Sizing a Connect cluster as well as selecting the number and type of connectors that run on it should be an architectural decision driven by business logic and not by system constraints as much as possible. Connect is a lightweight framework with a mission to be scalable and relieve operators from the burden of running individual services for every integration of Kafka with third-party systems. Connect's scalability has been demonstrated on numerous production deployments and this KIP aims to alleviate a pain point in Connect's scalability that might occur more frequently under the situations described in the motivation section. Therefore, seems preferable to address this gap rather than depend on ad-hoc workarounds and an exclusive dependence on external tooling. 

Extend the existing Connect protocol format by appending additional required fields at the end of current version's format

Use a more versatile serialization format for the new and subsequent Connect protocols.

Initially, this KIP included a suggestion to express the new protocol format for Connect on the serialization format defined by flatbuffers. This suggestion was made to set up the protocol for more flexible upgrades in the future. However, after discussion on the Kafka developer's mailing list, it became apparent that introducing such a dependency with this KIP did not seem absolutely necessary at this point. Since this suggestion was orthogonal to the - already significant - changes brought up by this proposal, consideration of a different serialization format for the Connect protocol was postponed for future versions, and only if that's deemed necessary then. Admittedly, the changes in the protocol fields are not very frequent, with version 1 aiming to succeed version 0 after more than 3 years since its initial release. The current proposal adds a number of non-trivial fields of variable size. At the same time, it's improbable that this is the final iteration on a protocol that enriches Connect's functionality in a powerful way. In anticipation of future extensions and in order to avoid rediscovering the wheel by implementing a general purpose serialization scheme with the current constructs, this KIP suggests that, starting with the next version, Connect will use a lightweight, performant and backwards compatible serialization format that will replace the format used in version 0.

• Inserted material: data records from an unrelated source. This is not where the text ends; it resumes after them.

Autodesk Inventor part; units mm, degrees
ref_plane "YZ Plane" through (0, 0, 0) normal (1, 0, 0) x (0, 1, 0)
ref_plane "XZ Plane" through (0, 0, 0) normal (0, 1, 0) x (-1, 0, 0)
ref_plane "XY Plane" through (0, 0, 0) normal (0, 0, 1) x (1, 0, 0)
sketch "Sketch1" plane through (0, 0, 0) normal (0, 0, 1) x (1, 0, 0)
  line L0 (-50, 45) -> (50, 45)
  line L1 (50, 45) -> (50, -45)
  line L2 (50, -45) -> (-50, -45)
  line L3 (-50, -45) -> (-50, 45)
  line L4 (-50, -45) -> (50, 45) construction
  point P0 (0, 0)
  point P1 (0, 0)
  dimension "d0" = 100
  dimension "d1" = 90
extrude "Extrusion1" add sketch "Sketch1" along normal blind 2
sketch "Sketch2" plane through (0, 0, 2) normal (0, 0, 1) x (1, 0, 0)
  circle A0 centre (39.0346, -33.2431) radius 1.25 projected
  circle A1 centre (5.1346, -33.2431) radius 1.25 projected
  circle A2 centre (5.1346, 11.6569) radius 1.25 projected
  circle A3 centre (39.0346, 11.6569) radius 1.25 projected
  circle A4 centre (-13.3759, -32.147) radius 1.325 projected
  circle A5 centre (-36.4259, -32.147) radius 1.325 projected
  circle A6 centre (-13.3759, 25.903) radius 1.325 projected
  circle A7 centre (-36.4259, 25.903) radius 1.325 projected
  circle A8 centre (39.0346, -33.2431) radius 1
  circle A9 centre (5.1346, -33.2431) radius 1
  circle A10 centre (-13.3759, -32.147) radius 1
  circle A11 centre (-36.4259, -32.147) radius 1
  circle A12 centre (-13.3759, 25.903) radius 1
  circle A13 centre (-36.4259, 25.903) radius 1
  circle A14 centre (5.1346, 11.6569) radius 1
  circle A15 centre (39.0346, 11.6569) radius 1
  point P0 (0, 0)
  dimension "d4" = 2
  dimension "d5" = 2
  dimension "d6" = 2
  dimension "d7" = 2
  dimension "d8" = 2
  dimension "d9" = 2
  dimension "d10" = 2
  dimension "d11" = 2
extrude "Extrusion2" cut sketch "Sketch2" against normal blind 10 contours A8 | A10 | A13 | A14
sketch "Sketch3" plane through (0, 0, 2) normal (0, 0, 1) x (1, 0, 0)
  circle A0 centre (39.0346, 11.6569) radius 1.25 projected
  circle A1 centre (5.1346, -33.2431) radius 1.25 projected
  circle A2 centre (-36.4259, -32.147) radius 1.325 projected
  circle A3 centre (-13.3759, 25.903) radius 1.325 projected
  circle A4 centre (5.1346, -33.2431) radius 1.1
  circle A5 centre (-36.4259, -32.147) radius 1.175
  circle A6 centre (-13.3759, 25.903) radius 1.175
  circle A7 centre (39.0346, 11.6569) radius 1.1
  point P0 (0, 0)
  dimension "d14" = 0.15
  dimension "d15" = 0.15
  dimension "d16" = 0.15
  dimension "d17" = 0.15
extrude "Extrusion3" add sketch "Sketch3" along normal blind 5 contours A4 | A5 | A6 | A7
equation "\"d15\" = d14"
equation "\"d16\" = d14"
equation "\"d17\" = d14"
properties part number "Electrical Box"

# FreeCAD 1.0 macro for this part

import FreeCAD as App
import Part
import Sketcher
from FreeCAD import Vector


def add_polygon(sketch, points):
    """Adds a closed chain of lines whose ends are joined by coincident constraints."""
    first, n = sketch.GeometryCount, len(points)
    for a, b in zip(points, points[1:] + points[:1]):
        sketch.addGeometry(Part.LineSegment(App.Vector(*a, 0), App.Vector(*b, 0)), False)
    for i in range(n):
        sketch.addConstraint(Sketcher.Constraint("Coincident", first + i, 2, first + (i + 1) % n, 1))

doc = App.newDocument("Part")
body = doc.addObject("PartDesign::Body", "Body")

# Sketch on XY plane
sketch1 = body.newObject("Sketcher::SketchObject", "Sketch")
sketch1.AttachmentSupport = (doc.getObject("XY_Plane"), [""])
sketch1.MapMode = "FlatFace"
add_polygon(sketch1, [(50, 45), (-50, 45), (-50, -45), (50, -45)])  # lines 0-3
sketch1.addConstraint(Sketcher.Constraint("Horizontal", 0))
sketch1.addConstraint(Sketcher.Constraint("Vertical", 1))
sketch1.addConstraint(Sketcher.Constraint("Horizontal", 2))
sketch1.addConstraint(Sketcher.Constraint("Vertical", 3))
sketch1.addConstraint(Sketcher.Constraint("Symmetric", 0, 2, 2, 2, -1, 1))
sketch1.addConstraint(Sketcher.Constraint("DistanceX", 0, 2, 0, 1, 100.0))
sketch1.addConstraint(Sketcher.Constraint("DistanceY", 1, 2, 1, 1, 90.0))
pad1 = body.newObject("PartDesign::Pad", "Pad")
pad1.Profile = sketch1
pad1.Length = 2

# Sketch on XY plane
sketch2 = body.newObject("Sketcher::SketchObject", "Sketch001")
sketch2.AttachmentSupport = (doc.getObject("XY_Plane"), [""])
sketch2.MapMode = "FlatFace"
sketch2.AttachmentOffset = App.Placement(Vector(0, 0, 2), App.Rotation())
sketch2.addGeometry(Part.Circle(Vector(39, -33.2, 0), Vector(0, 0, 1), 1), False)
sketch2.addGeometry(Part.Circle(Vector(-13.4, -32.1, 0), Vector(0, 0, 1), 1), False)
sketch2.addGeometry(Part.Circle(Vector(-36.4, 25.9, 0), Vector(0, 0, 1), 1), False)
sketch2.addGeometry(Part.Circle(Vector(5.1, 11.7, 0), Vector(0, 0, 1), 1), False)
sketch2.addConstraint(Sketcher.Constraint("Equal", 0, 1))
sketch2.addConstraint(Sketcher.Constraint("Equal", 1, 2))
sketch2.addConstraint(Sketcher.Constraint("Equal", 2, 3))
sketch2.addConstraint(Sketcher.Constraint("Diameter", 0, 2.0))
sketch2.addConstraint(Sketcher.Constraint("DistanceX", 3, 3, 0, 3, 33.9))
sketch2.addConstraint(Sketcher.Constraint("DistanceY", 0, 3, 3, 3, 44.9))
sketch2.addConstraint(Sketcher.Constraint("DistanceX", 2, 3, 1, 3, 23.05))
sketch2.addConstraint(Sketcher.Constraint("DistanceY", 1, 3, 2, 3, 58.05))
sketch2.addConstraint(Sketcher.Constraint("DistanceY", 0, 3, -1, 1, 33.243))
sketch2.addConstraint(Sketcher.Constraint("DistanceX", 1, 3, -1, 1, 13.376))
sketch2.addConstraint(Sketcher.Constraint("DistanceY", 1, 3, -1, 1, 32.147))
sketch2.addConstraint(Sketcher.Constraint("DistanceX", -1, 1, 0, 3, 39.0346))
pocket1 = body.newObject("PartDesign::Pocket", "Pocket")
pocket1.Profile = sketch2
pocket1.Length = 10

# Sketch on XY plane
sketch3 = body.newObject("Sketcher::SketchObject", "Sketch002")
sketch3.AttachmentSupport = (doc.getObject("XY_Plane"), [""])
sketch3.MapMode = "FlatFace"
sketch3.AttachmentOffset = App.Placement(Vector(0, 0, 2), App.Rotation())
sketch3.addGeometry(Part.Circle(Vector(5.1, -33.2, 0), Vector(0, 0, 1), 1.1), False)
sketch3.addGeometry(Part.Circle(Vector(-36.4, -32.1, 0), Vector(0, 0, 1), 1.2), False)
sketch3.addGeometry(Part.Circle(Vector(-13.4, 25.9, 0), Vector(0, 0, 1), 1.2), False)
sketch3.addGeometry(Part.Circle(Vector(39, 11.7, 0), Vector(0, 0, 1), 1.1), False)
sketch3.addConstraint(Sketcher.Constraint("Equal", 1, 2))
sketch3.addConstraint(Sketcher.Constraint("Equal", 0, 3))
sketch3.addConstraint(Sketcher.Constraint("Diameter", 0, 2.2))
sketch3.addConstraint(Sketcher.Constraint("Diameter", 1, 2.35))
sketch3.addConstraint(Sketcher.Constraint("DistanceX", 0, 3, 3, 3, 33.9))
sketch3.addConstraint(Sketcher.Constraint("DistanceY", 0, 3, 3, 3, 44.9))
sketch3.addConstraint(Sketcher.Constraint("DistanceX", 1, 3, 2, 3, 23.05))
sketch3.addConstraint(Sketcher.Constraint("DistanceY", 1, 3, 2, 3, 58.05))
sketch3.addConstraint(Sketcher.Constraint("DistanceY", 0, 3, -1, 1, 33.243))
sketch3.addConstraint(Sketcher.Constraint("DistanceX", 1, 3, -1, 1, 36.426))
sketch3.addConstraint(Sketcher.Constraint("DistanceY", 1, 3, -1, 1, 32.147))
sketch3.addConstraint(Sketcher.Constraint("DistanceX", -1, 1, 0, 3, 5.1346))
pad2 = body.newObject("PartDesign::Pad", "Pad001")
pad2.Profile = sketch3
pad2.Length = 5

doc.recompute()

Reduce number of rebalances and differentiate between initial and successive rebalances

The current proposal aims to offer a scalable and easy to configure and use solution to Connect's Worker rebalancing pain points under a wide range of use cases. Without ruling out the existence of use cases that would appreciate a more fine grain control over specific phases of the Worker rebalance process (e.g. avoid a redundant rebalance in some cases or use a different delay for initial vs successive group joins), this KIP errs on the side of retaining Connect's simplicity in terms of implementation and configuration demands, while addressing the majority of the use cases under which the current rebalance protocol is showing its limitations.